Paul me parle alors de ses parents. Ils sont venus de leur province éloignée, auprès de lui. Pour l'accompagner. Ils sont installés chez lui, dans son appartement, et viennent passer tous les après-midi près de lui. " Je ne les supporte plus ! " finit-il par avouer dans un sanglot. Il me semble qu'il vient de me livrer la clé de sa détresse. Je l'encourage à continuer.
" Je n'ai jamais dit à mes parents que j'étais homosexuel. Ils n'ont jamais rien su de ma vie, ils ne savent pas que je vivais avec quelqu'un qui est mort ici l'année dernière. Je n'ai rien à leur dire, depuis longtemps, et voilà qu'ils viennent là tous les jours; ils s'assoient et me regardent, l'air triste, on ne se dit rien, et les heures passent, lourdes, pénibles, je fais semblant de dormir, je n'en peux plus ! "
" C'est, en effet, insupportable ! " dis-je.
" Vous comprenez, mes parents, j'allais les voir régulièrement, je leur parlais de mon travail, de mon entreprise, ils étaient fiers de moi. Je ne leur ai jamais parlé de ma vie intime, ils n'auraient pas supporté. "
Je mesure, à ses paroles, toute la solitude de cet homme. Au moment de mourir, il ne sait sans doute pas à quel point il aimerait réduire la distance qu'il a contribué à créer entre ses parents et lui, retrouver la confiance des premières années de la vie. Sent-il à quel point il aimerait un vrai rapprochement? Pouvoir leur dire: " Voilà qui je suis, voilà comment j'ai aimé, comment j'ai souffert ", et se sentir accepté, reçu, aimé.

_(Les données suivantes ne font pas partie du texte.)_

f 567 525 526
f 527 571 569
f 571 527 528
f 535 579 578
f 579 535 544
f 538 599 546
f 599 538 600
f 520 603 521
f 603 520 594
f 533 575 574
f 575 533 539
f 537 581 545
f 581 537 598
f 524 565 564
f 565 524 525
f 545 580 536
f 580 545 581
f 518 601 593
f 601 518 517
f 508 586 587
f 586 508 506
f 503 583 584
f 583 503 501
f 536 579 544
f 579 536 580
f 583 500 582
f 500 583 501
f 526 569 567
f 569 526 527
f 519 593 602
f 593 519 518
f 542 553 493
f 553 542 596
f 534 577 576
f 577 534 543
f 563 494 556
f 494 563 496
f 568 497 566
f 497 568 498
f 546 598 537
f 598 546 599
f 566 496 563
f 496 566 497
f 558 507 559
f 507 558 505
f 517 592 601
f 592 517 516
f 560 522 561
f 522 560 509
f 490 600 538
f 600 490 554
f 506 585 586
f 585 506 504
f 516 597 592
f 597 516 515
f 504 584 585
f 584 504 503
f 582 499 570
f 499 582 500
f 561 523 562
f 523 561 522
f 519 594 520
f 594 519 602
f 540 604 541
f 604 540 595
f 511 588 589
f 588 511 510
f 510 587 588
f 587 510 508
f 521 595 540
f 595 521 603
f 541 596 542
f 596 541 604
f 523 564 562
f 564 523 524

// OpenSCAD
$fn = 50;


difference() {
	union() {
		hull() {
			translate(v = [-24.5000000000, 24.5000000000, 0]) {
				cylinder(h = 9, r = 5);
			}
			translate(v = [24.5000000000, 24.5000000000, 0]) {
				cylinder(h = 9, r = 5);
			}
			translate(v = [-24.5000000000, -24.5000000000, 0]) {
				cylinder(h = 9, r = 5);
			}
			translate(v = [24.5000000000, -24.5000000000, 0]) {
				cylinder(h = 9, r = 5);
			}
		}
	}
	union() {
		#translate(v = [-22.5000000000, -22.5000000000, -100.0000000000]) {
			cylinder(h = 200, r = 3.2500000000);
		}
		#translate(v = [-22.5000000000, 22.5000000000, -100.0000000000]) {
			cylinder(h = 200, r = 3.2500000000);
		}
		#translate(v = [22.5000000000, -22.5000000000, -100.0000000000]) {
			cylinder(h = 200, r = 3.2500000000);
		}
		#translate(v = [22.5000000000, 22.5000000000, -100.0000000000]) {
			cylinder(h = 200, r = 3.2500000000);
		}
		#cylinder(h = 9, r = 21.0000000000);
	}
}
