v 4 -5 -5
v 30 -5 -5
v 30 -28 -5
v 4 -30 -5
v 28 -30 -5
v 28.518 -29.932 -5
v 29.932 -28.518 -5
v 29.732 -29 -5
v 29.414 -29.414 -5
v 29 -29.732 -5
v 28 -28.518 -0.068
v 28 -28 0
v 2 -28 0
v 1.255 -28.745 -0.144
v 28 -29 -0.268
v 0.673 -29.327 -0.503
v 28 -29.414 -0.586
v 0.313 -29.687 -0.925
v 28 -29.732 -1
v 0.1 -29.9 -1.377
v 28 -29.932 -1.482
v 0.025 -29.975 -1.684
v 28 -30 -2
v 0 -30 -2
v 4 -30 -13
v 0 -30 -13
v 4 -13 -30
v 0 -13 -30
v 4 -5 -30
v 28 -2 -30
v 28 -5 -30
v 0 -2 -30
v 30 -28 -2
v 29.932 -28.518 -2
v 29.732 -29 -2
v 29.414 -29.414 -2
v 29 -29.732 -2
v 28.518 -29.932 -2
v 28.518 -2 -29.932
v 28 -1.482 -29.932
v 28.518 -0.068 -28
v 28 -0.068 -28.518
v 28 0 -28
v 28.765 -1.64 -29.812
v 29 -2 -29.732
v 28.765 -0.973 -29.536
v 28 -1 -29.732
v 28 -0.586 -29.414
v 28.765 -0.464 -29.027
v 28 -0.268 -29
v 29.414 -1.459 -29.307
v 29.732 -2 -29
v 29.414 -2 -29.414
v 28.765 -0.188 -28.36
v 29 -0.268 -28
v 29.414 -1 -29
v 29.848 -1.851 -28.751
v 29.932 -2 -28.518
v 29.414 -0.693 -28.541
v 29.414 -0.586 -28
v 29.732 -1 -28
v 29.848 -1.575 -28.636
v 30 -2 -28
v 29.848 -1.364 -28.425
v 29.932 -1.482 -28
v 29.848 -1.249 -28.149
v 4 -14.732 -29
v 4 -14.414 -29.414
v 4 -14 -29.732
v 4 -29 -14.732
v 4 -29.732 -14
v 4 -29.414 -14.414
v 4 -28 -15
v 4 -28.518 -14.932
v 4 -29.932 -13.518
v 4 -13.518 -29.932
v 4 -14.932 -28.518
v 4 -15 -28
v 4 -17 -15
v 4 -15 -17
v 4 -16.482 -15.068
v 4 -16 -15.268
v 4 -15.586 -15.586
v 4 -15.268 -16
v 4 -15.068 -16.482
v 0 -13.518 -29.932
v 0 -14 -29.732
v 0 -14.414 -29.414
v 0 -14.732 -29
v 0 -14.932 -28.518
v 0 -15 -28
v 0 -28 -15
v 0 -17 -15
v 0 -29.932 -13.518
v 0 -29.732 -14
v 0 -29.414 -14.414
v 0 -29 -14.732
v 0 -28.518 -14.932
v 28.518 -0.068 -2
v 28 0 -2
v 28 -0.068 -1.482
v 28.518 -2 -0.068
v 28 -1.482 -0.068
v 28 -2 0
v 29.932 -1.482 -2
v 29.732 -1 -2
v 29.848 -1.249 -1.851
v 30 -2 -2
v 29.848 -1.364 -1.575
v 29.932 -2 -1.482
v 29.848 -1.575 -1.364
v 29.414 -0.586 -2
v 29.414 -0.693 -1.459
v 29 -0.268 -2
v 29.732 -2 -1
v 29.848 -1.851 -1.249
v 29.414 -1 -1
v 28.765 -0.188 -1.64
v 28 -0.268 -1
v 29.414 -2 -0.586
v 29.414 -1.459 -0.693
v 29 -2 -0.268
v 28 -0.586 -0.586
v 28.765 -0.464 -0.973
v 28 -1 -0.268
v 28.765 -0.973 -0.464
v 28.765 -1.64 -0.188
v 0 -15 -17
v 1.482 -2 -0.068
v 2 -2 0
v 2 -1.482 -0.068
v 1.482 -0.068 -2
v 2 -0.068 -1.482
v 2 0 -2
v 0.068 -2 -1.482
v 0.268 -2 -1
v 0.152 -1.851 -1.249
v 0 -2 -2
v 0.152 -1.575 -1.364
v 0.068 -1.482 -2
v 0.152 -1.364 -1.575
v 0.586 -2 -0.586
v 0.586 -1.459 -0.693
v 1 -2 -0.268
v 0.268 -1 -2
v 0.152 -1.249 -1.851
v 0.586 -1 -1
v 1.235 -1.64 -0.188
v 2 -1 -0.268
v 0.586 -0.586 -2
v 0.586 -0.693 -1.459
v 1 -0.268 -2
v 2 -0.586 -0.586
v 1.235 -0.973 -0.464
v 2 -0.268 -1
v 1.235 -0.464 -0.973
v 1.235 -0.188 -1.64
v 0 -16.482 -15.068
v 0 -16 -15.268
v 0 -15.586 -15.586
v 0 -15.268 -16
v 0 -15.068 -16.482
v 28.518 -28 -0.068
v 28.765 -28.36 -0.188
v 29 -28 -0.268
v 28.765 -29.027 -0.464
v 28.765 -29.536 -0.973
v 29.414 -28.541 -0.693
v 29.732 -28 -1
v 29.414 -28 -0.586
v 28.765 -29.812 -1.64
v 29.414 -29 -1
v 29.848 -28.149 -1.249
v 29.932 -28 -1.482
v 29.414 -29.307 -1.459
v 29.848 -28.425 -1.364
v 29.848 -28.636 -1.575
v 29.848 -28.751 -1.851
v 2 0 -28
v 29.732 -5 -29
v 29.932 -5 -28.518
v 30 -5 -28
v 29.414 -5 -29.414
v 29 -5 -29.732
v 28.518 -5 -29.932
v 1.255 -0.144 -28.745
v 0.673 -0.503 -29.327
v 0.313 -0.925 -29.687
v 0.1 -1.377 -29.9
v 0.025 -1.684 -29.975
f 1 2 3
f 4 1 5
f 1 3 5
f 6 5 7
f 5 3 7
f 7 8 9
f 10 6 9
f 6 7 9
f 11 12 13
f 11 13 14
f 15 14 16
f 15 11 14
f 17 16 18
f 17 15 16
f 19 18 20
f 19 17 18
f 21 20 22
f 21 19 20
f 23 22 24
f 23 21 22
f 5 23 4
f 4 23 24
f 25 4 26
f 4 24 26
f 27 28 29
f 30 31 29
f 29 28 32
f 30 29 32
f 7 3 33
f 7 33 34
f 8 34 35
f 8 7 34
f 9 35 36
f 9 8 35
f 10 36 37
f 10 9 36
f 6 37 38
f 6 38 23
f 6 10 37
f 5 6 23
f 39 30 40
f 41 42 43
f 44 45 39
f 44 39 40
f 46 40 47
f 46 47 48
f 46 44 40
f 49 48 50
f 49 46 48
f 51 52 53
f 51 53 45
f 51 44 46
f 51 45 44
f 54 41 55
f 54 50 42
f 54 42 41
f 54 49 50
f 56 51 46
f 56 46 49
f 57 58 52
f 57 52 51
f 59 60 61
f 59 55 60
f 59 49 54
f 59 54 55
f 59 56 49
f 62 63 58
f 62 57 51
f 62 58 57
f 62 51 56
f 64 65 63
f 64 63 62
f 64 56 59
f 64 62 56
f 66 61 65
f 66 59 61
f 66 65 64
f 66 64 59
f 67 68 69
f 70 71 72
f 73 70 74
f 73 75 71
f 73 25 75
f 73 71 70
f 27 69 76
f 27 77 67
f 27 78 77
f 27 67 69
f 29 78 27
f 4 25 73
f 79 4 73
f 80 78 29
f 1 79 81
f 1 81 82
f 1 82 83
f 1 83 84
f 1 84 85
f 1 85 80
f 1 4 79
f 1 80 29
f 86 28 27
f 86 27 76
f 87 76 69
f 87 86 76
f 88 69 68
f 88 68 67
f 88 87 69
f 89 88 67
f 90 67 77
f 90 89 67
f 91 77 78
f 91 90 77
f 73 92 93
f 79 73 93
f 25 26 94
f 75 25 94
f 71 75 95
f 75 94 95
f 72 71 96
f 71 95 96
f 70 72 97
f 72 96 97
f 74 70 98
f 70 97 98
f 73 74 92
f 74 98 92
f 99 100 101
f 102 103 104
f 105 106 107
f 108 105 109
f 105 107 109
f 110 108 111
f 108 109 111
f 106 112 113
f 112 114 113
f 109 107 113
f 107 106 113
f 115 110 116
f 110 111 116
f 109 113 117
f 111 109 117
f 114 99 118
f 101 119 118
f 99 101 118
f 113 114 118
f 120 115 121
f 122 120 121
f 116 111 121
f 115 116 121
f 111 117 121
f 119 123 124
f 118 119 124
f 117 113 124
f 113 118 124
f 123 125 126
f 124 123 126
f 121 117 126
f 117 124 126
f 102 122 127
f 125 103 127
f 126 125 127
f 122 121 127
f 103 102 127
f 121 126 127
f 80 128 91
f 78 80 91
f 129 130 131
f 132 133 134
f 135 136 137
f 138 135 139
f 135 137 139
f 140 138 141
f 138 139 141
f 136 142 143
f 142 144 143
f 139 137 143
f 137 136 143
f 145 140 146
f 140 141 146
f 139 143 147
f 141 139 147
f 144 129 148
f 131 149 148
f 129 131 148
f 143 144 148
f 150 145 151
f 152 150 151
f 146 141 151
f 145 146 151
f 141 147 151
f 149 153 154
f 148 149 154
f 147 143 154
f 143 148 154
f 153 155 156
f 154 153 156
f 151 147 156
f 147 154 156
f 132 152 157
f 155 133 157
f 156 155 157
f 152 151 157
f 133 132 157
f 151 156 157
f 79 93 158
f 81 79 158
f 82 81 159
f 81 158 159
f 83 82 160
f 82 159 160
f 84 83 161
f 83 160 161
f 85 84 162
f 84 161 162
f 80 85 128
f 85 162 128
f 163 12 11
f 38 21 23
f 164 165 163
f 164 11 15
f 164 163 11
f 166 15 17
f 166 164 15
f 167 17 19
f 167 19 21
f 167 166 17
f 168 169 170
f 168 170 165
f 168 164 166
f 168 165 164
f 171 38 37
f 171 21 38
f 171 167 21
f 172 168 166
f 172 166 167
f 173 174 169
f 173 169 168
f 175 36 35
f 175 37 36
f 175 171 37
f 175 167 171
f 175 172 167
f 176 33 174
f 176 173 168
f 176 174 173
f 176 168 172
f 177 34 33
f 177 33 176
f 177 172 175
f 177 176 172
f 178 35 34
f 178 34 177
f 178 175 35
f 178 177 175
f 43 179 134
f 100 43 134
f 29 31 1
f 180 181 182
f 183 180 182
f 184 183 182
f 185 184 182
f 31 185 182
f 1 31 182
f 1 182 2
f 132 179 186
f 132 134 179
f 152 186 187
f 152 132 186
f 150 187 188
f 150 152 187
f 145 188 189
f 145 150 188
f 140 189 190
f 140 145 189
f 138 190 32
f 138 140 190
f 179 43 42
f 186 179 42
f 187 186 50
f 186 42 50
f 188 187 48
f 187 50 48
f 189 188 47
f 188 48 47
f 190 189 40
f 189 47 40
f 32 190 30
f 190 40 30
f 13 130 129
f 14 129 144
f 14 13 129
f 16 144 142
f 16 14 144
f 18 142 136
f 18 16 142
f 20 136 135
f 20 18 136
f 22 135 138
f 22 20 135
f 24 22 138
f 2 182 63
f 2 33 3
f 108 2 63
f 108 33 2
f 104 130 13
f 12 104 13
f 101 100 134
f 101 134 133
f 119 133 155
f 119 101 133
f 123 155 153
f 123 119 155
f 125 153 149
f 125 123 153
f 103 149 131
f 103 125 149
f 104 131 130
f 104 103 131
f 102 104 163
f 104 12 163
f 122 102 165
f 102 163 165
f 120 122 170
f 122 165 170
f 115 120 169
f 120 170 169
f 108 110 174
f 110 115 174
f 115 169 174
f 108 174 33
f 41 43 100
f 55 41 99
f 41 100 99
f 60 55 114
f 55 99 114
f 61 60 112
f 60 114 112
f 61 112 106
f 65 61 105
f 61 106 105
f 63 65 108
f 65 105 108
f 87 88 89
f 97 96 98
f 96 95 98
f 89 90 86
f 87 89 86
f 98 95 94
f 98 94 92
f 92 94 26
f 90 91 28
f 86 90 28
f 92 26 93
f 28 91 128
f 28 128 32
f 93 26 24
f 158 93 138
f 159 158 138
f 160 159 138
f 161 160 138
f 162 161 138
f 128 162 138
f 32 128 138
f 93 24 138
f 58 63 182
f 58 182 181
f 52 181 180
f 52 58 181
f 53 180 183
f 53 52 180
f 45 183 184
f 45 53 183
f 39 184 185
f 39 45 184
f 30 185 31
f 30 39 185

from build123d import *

# Parameters (mm, degrees)
F1_DEPTH     = 30
F3_DEPTH     = 26
F4_R         = 2
F5_T1_DEPTH  = 4
F5_T3_DEPTH  = 14
F5_T5_DEPTH  = 8
F5_T7_DEPTH  = 8
F5_S11_W     = 2
F5_S11_H     = 2
F5_T12_DEPTH = 2
F5_S17_W     = 2
F5_S17_H     = 2
F5_T18_DEPTH = 2


# Not quite as in the source:
# - a fillet or chamfer that OpenCascade refuses, or shapes differently, is made with other operations: its cross-section is extruded or revolved along the edge and cut away or added


with BuildPart() as f1:
    # F0 (on Right) → F1 (new body)
    with BuildSketch(Plane.YZ):
        Polygon((0, -30), (0, 0), (-30, 0), (-30, -15), (-15, -15), (-15, -30), align=None)
    extrude(amount=F1_DEPTH)

    # F2 (on face) → F3 (cut)
    with BuildSketch(Plane.YZ.offset(30)):
        Polygon((-30, -5), (-30, -15), (-15, -15), (-15, -30), (-5, -30), (-5, -5), align=None)
    extrude(amount=-F3_DEPTH, mode=Mode.SUBTRACT)

    # F4
    f4_edges = [f1.edges().sort_by_distance(p)[0] for p in [
        (15, -30, 0),
        (15, 0, 0),
        (0, -15, 0),
        (0, 0, -15),
        (15, 0, -30),
        (30, 0, -15),
        (30, -15, 0),
    ]]
    fillet(f4_edges, radius=F4_R)

    # F5: fillet of radius 2 on 5 edges, made by hand

    # F5_s2 → F5_t1 (join)
    with BuildSketch(Plane.YZ):
        with BuildLine():
            ThreePointArc((-17, -15), (-15.5857864376, -15.5857864376), (-15, -17))
            Line((-15, -17), (-15, -15))
            Line((-15, -15), (-17, -15))
        make_face()
    extrude(amount=F5_T1_DEPTH)

    # F5_s4 → F5_t3 (cut)
    with BuildSketch(Plane.YZ.offset(-5)):
        with BuildLine():
            ThreePointArc((-13, -30), (-14.4142135624, -29.4142135624), (-15, -28))
            Line((-15, -28), (-15, -30))
            Line((-15, -30), (-13, -30))
        make_face()
        with BuildLine():
            ThreePointArc((-30, -13), (-29.4142135624, -14.4142135624), (-28, -15))
            Line((-28, -15), (-30, -15))
            Line((-30, -15), (-30, -13))
        make_face()
    extrude(amount=F5_T3_DEPTH, mode=Mode.SUBTRACT)

    # F5_s6 → F5_t5 (cut)
    with BuildSketch(Plane.XZ.offset(2)):
        with BuildLine():
            ThreePointArc((30, -28), (29.4142135624, -29.4142135624), (28, -30))
            Line((28, -30), (30, -30))
            Line((30, -30), (30, -28))
        make_face()
    extrude(amount=F5_T5_DEPTH, mode=Mode.SUBTRACT)

    # F5_s8 → F5_t7 (cut)
    with BuildSketch(Plane.XY.offset(-10)):
        with BuildLine():
            ThreePointArc((30, -28), (29.4142135624, -29.4142135624), (28, -30))
            Line((28, -30), (30, -30))
            Line((30, -30), (30, -28))
        make_face()
    extrude(amount=F5_T7_DEPTH, mode=Mode.SUBTRACT)


with BuildPart() as f5_tool10:
    # F5_s11 → F5_t12 (new body)
    with BuildSketch(Plane.YZ.offset(28)):
        with Locations((-29, -1)):
            Rectangle(F5_S11_W, F5_S11_H)
    extrude(amount=F5_T12_DEPTH)

    # F5_s13 → F5_t14 (revolve, cut)
    with BuildSketch(Plane(origin=(28, -28, -2), x_dir=(0, 0.7071067812, -0.7071067812), z_dir=(0, -0.7071067812, -0.7071067812))):
        with BuildLine():
            ThreePointArc((0, -2), (2, 0), (0, 2))
            Line((0, 2), (0, -2))
        make_face()
    revolve(axis=Axis((28, -28, -2), (1, 0, 0)), mode=Mode.SUBTRACT)


with BuildPart() as f1_1:
    add(f1.part)

    # F5_t9: cut F5_tool10
    add(f5_tool10.part, mode=Mode.SUBTRACT)


with BuildPart() as f5_tool16:
    # F5_s17 → F5_t18 (new body)
    with BuildSketch(Plane.YZ.offset(28)):
        with Locations((-1, -29)):
            Rectangle(F5_S17_W, F5_S17_H)
    extrude(amount=F5_T18_DEPTH)

    # F5_s19 → F5_t20 (revolve, cut)
    with BuildSketch(Plane(origin=(28, -2, -28), x_dir=(0, -0.7071067812, 0.7071067812), z_dir=(0, 0.7071067812, 0.7071067812))):
        with BuildLine():
            ThreePointArc((0, -2), (2, 0), (0, 2))
            Line((0, 2), (0, -2))
        make_face()
    revolve(axis=Axis((28, -2, -28), (1, 0, 0)), mode=Mode.SUBTRACT)


with BuildPart() as f1_2:
    add(f1_1.part)

    # F5_t15: cut F5_tool16
    add(f5_tool16.part, mode=Mode.SUBTRACT)


solid = f1_2.part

Puis-je l'aider? Accepte-t-il que je rencontre ses parents? Souhaite-t-il que je leur parle? " Oui, répond-il, essayez de tâter le terrain à propos de mon homosexualité, j'aimerais savoir comment mon pére réagit, j'ai très peur de sa réaction. Mais surtout venez m'en parler après ! "
Ce n'est pas la première fois qu'on me demande ainsi de jouer les médiatrices. Quand il s'agit d'œuvrer à plus de compréhension entre les gens, de débloquer les voies de la communication, je me prête volontiers à cette fonction. Je promets donc à Paul de rencontrer ses parents, et de revenir le voir ensuite.

Je sais maintenant, parce que je suis en train de le vivre, à quel point les endeuillés sont seuls. Trouvent-ils à leur côté des humains capables de leur faire exprimer la tristesse ou la colère dans laquelle les plonge la mort d'un être cher, surtout quand elle est brutale? Trouvent-ils une oreille prête à recevoir tout ce qui aimerait se dire à celui qui n'est plus là pour entendre ? Je sais depuis longtemps que tout ce qui n'est pas réglé avec un proche avant sa mort doit l'être après, sous peine d'être entravé par un deuil non résolu. J'ai souvent, moi-même, encouragé les autres à construire un dialogue intérieur avec le disparu, à parler au mort.